Part 2.5 Volume Rendering

Volume rendering is how we turn the NeRF's outputs to actual 2D images. For any camera ray going through the scene, we sample multiple points along that ray. At each point sigma(t) represents the density, c(t) represents the color, T(t) represents the transmittence, which is how much light makes it through all the previous points. Dense points block more light from points behind them. Thus, the color we see is a weighted sum of all points' colors along the ray. Points closer to the camera contribute more to the final color than distant points. The discrete approximation makes this computable by sampling N points alog each ray and for each point i, calculating the probabilithy of light reaching that point (1 - exp(sigma(i)delta(i))) and multiplying these with the color values c(i) and summing up all these contributions. This rendering equation is what allows NeRF to create realistic 3D views.

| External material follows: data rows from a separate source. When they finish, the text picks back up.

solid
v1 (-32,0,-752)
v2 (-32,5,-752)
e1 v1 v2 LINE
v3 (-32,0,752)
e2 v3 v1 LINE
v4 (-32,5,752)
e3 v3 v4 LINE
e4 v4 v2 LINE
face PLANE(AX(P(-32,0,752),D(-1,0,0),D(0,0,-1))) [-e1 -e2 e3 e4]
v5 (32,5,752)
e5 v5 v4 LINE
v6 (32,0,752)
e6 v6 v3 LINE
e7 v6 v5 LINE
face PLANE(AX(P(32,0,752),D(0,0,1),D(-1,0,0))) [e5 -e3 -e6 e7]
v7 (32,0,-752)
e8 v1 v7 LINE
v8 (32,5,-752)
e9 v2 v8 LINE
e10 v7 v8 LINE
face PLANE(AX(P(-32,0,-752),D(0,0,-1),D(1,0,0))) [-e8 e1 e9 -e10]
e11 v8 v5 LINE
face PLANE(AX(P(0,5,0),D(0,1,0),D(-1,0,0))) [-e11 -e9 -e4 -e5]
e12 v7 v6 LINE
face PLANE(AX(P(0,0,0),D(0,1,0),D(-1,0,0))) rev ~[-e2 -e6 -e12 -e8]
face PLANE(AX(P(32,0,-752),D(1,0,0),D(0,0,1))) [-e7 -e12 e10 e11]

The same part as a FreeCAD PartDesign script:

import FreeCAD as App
import Part
import Sketcher
Q = App.Units.Quantity

doc = App.newDocument("Part")
body = doc.addObject("PartDesign::Body", "Body")

sketch1 = doc.addObject("Sketcher::SketchObject", "Sketch")
body.addObject(sketch1)
sketch1.AttachmentSupport = (doc.XZ_Plane, [""])
sketch1.MapMode = "FlatFace"
sketch1.addGeometry(Part.LineSegment(App.Vector(-32, 752, 0), App.Vector(32, 752, 0)), False)
sketch1.addGeometry(Part.LineSegment(App.Vector(32, 752, 0), App.Vector(32, -752, 0)), False)
sketch1.addGeometry(Part.LineSegment(App.Vector(32, -752, 0), App.Vector(-32, -752, 0)), False)
sketch1.addGeometry(Part.LineSegment(App.Vector(-32, -752, 0), App.Vector(-32, 752, 0)), False)
sketch1.addConstraint(Sketcher.Constraint("Coincident", 0, 2, 1, 1))
sketch1.addConstraint(Sketcher.Constraint("Coincident", 1, 2, 2, 1))
sketch1.addConstraint(Sketcher.Constraint("Coincident", 2, 2, 3, 1))
sketch1.addConstraint(Sketcher.Constraint("Coincident", 3, 2, 0, 1))
sketch1.addConstraint(Sketcher.Constraint("Horizontal", 0))
sketch1.addConstraint(Sketcher.Constraint("Vertical", 1))
sketch1.addConstraint(Sketcher.Constraint("Horizontal", 2))
sketch1.addConstraint(Sketcher.Constraint("Vertical", 3))
sketch1.addConstraint(Sketcher.Constraint("Symmetric", 0, 2, 2, 2, -1, 1))
sketch1.addConstraint(Sketcher.Constraint("DistanceX", 0, 1, 0, 2, Q("64 mm")))
sketch1.addConstraint(Sketcher.Constraint("DistanceY", 1, 2, 1, 1, Q("1504 mm")))
pad1 = doc.addObject("PartDesign::Pad", "Pad")
body.addObject(pad1)
pad1.Profile = sketch1
pad1.Length = 5
pad1.Reversed = True

doc.recompute()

Part 2.4 and 2.5 continued: Training of the Network

We train this network in a batched manner. For each training iteration, the code samples a batch of random rays from the dataset. Along eah ray, it samples multiple points (num_samples=64) between near and far bounds (2.0 and 6.0 respectively). These points and their corresponding view directions become the input to the network. In the forward pass, the MLP processes each 3D point and its viewing direction through positional encodings. For each point, the network outputs a density value and an RGB color value. These outputs are then processed through discrete volume rendering to produce a predicted RGB color for each ray. The rendered colors are compared against the ground truth from the training images using MSE loss. The Adam optimized updates the network weights to minize the differencce between predicted and actual colors. This process is repeated for 6000 iterations (thanks to A100 GPU) with a batch size of 10000 rays. Through this process the network leaerns to represent the 3D scene as a continuous function that can predict density and color at any point in space from any viewing direction.